The structure of Red Hat OpenShift Data Science was beginning to take shape. We started to fill it in with other features, including the ability to enable custom notebooks and model-serving engines. It started as a managed cloud service, but we quickly learned that many customers wanted a traditional software option too. Thanks to the agnostic nature of OpenShift we were able to pivot and provide them with a hybrid platform that runs on-premises and across all clouds.
Finally, running Red Hat OpenShift Data Science on Red Hat OpenShift enabled customers to add their own tools into the same cluster. They could essentially color outside the lines by bringing in home-grown applications, independent software vendor (ISV)-supported software, MLOps-related tooling and thousands of other open source solutions.
In short, our customers didn’t limit us. We didn’t want to limit them, either.
Not All Open Source Projects Are Created Equal
Not every organization lives and breathes open source. Most companies don’t have the time to worry about whether a certain open source technology is enterprise-ready or has the appropriate security protocols in place.
When we created Red Hat OpenShift Data Science, we made a commitment to unburden customers of those challenges. The tools we included in the platform are Red Hat-tested versions of open source technologies. Customers can still use whatever open source tools they want, but they know that the ones integrated into Red Hat OpenShift Data Science have been well-vetted and curated.
Kubeflow is a great example. Three years ago, we believed Kubeflow wasn’t standardized and mature enough to be considered a good enterprise option. We incorporated components of Kubeflow into Red Hat OpenShift Data Science and created enterprise-grade model serving and pipeline features.
All of this was more work for us than we ever intended when we first conceived of Open Data Hub. But we felt it was our responsibility to be good stewards of both the open source community and our customers.
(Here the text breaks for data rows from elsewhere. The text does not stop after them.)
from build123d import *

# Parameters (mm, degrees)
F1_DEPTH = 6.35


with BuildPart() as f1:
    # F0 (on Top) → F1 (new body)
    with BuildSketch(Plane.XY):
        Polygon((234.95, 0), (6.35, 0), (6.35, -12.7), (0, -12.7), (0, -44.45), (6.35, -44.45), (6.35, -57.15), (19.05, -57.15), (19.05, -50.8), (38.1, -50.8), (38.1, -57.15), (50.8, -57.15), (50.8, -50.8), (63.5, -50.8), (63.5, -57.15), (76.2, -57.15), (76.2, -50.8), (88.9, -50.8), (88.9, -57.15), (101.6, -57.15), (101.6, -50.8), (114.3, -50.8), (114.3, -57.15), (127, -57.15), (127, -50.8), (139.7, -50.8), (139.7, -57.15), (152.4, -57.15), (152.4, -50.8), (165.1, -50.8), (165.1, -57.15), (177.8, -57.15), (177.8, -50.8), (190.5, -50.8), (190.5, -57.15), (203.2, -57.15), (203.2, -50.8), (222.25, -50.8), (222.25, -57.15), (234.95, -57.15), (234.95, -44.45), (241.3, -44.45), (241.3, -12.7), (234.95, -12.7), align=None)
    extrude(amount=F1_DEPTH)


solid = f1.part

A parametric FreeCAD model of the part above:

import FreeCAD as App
import Part
import Sketcher
Q = App.Units.Quantity


def add_polygon(sketch, points):
    """Adds a closed chain of lines whose ends are joined by coincident constraints."""
    first, n = sketch.GeometryCount, len(points)
    for a, b in zip(points, points[1:] + points[:1]):
        sketch.addGeometry(Part.LineSegment(App.Vector(*a, 0), App.Vector(*b, 0)), False)
    for i in range(n):
        sketch.addConstraint(Sketcher.Constraint("Coincident", first + i, 2, first + (i + 1) % n, 1))

doc = App.newDocument("Part")
body = doc.addObject("PartDesign::Body", "Body")

# Sketch on XY plane
sketch1 = body.newObject("Sketcher::SketchObject", "Sketch")
sketch1.AttachmentSupport = (doc.getObject("XY_Plane"), [""])
sketch1.MapMode = "FlatFace"
add_polygon(sketch1, [(234.95, 0), (6.35, 0), (6.35, -12.7), (0, -12.7), (0, -44.45), (6.35, -44.45), (6.35, -57.15), (19.05, -57.15), (19.05, -50.8), (38.1, -50.8), (38.1, -57.15), (50.8, -57.15), (50.8, -50.8), (63.5, -50.8), (63.5, -57.15), (76.2, -57.15), (76.2, -50.8), (88.9, -50.8), (88.9, -57.15), (101.6, -57.15), (101.6, -50.8), (114.3, -50.8), (114.3, -57.15), (127, -57.15), (127, -50.8), (139.7, -50.8), (139.7, -57.15), (152.4, -57.15), (152.4, -50.8), (165.1, -50.8), (165.1, -57.15), (177.8, -57.15), (177.8, -50.8), (190.5, -50.8), (190.5, -57.15), (203.2, -57.15), (203.2, -50.8), (222.25, -50.8), (222.25, -57.15), (234.95, -57.15), (234.95, -44.45), (241.3, -44.45), (241.3, -12.7), (234.95, -12.7)])  # lines 0-43
sketch1.addConstraint([
    Sketcher.Constraint("Horizontal", 0),
    Sketcher.Constraint("Vertical", 1),
    Sketcher.Constraint("Horizontal", 2),
    Sketcher.Constraint("Vertical", 3),
    Sketcher.Constraint("Horizontal", 4),
    Sketcher.Constraint("Vertical", 5),
    Sketcher.Constraint("Horizontal", 6),
    Sketcher.Constraint("Vertical", 7),
    Sketcher.Constraint("Horizontal", 8),
    Sketcher.Constraint("Vertical", 9),
    Sketcher.Constraint("Horizontal", 10),
    Sketcher.Constraint("Vertical", 11),
    Sketcher.Constraint("Horizontal", 12),
    Sketcher.Constraint("Vertical", 13),
    Sketcher.Constraint("Horizontal", 14),
    Sketcher.Constraint("Vertical", 15),
    Sketcher.Constraint("Horizontal", 16),
    Sketcher.Constraint("Vertical", 17),
    Sketcher.Constraint("Horizontal", 18),
    Sketcher.Constraint("Vertical", 19),
    Sketcher.Constraint("Horizontal", 20),
    Sketcher.Constraint("Vertical", 21),
    Sketcher.Constraint("Horizontal", 22),
    Sketcher.Constraint("Vertical", 23),
    Sketcher.Constraint("Horizontal", 24),
    Sketcher.Constraint("Vertical", 25),
    Sketcher.Constraint("Horizontal", 26),
    Sketcher.Constraint("Vertical", 27),
    Sketcher.Constraint("Horizontal", 28),
    Sketcher.Constraint("Vertical", 29),
    Sketcher.Constraint("Horizontal", 30),
    Sketcher.Constraint("Vertical", 31),
    Sketcher.Constraint("Horizontal", 32),
    Sketcher.Constraint("Vertical", 33),
    Sketcher.Constraint("Horizontal", 34),
    Sketcher.Constraint("Vertical", 35),
    Sketcher.Constraint("Horizontal", 36),
    Sketcher.Constraint("Vertical", 37),
    Sketcher.Constraint("Horizontal", 38),
    Sketcher.Constraint("Vertical", 39),
    Sketcher.Constraint("Horizontal", 40),
    Sketcher.Constraint("Vertical", 41),
    Sketcher.Constraint("Horizontal", 42),
    Sketcher.Constraint("Vertical", 43),
    Sketcher.Constraint("PointOnObject", 0, 2, -1),
    Sketcher.Constraint("PointOnObject", 2, 2, -2),
    Sketcher.Constraint("Horizontal", 6, 2, 9, 2),
    Sketcher.Constraint("Horizontal", 8, 2, 11, 2),
    Sketcher.Constraint("Horizontal", 10, 2, 13, 2),
    Sketcher.Constraint("Horizontal", 12, 2, 15, 2),
    Sketcher.Constraint("Horizontal", 14, 2, 17, 2),
    Sketcher.Constraint("Horizontal", 16, 2, 19, 2),
    Sketcher.Constraint("Horizontal", 18, 2, 21, 2),
    Sketcher.Constraint("Horizontal", 20, 2, 23, 2),
    Sketcher.Constraint("Horizontal", 22, 2, 25, 2),
    Sketcher.Constraint("Horizontal", 24, 2, 27, 2),
    Sketcher.Constraint("Horizontal", 26, 2, 29, 2),
    Sketcher.Constraint("Horizontal", 28, 2, 31, 2),
    Sketcher.Constraint("Horizontal", 30, 2, 33, 2),
    Sketcher.Constraint("Horizontal", 32, 2, 35, 2),
    Sketcher.Constraint("Horizontal", 34, 2, 37, 2),
    Sketcher.Constraint("Horizontal", 4, 2, 39, 2),
    Sketcher.Constraint("Horizontal", 2, 2, 41, 2),
    Sketcher.Constraint("Vertical", 1, 2, 4, 2),
    Sketcher.Constraint("Vertical", 39, 2, 42, 2),
    Sketcher.Constraint("Equal", 6, 10),
    Sketcher.Constraint("Equal", 10, 12),
    Sketcher.Constraint("Equal", 12, 14),
    Sketcher.Constraint("Equal", 14, 16),
    Sketcher.Constraint("Equal", 16, 18),
    Sketcher.Constraint("Equal", 18, 20),
    Sketcher.Constraint("Equal", 20, 22),
    Sketcher.Constraint("Equal", 22, 24),
    Sketcher.Constraint("Equal", 24, 26),
    Sketcher.Constraint("Equal", 26, 28),
    Sketcher.Constraint("Equal", 28, 30),
    Sketcher.Constraint("Equal", 30, 32),
    Sketcher.Constraint("Equal", 32, 34),
    Sketcher.Constraint("Equal", 8, 36),
    Sketcher.Constraint("Equal", 34, 38),
    Sketcher.Constraint("Equal", 4, 40),
    Sketcher.Constraint("Equal", 38, 1),
    Sketcher.Constraint("Equal", 1, 5),
    Sketcher.Constraint("Equal", 42, 7),
    Sketcher.Constraint("DistanceX", 0, 2, 0, 1, Q("9 in")),
    Sketcher.Constraint("DistanceX", 6, 1, 6, 2, Q("0.5 in")),
    Sketcher.Constraint("DistanceY", 7, 2, -1, 1, Q("2 in")),
    Sketcher.Constraint("DistanceX", -1, 1, 10, 2, Q("2 in")),
])
pad1 = body.newObject("PartDesign::Pad", "Pad")
pad1.Profile = sketch1
pad1.Length = Q("0.25 in")

doc.recompute()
It’s incredible to think of how Red Hat OpenShift Data Science has grown since that “small” internal project in 2018. Recently, we announced new ways to use the power of AI in the MLOps platform, and we are continuing to explore other innovative uses of AI, including how the technology can be used to translate human text into IT automation playbooks.
True to our roots, we will always follow an open source development model in which future technologies are put into the upstream Open Data Hub first before being incorporated into Red Hat OpenShift Data Science. A good example is the infrastructure stack being developed to run foundation models using technologies like Ray and CodeFlare.
Most importantly, we will continue to learn and experiment. Our customers taught us that an open source project can be more than what it was originally intended to be. There’s no reason to think that Red Hat OpenShift Data Science can’t be more than it is today. We’ll build it out, push it forward and discover new capabilities and uses.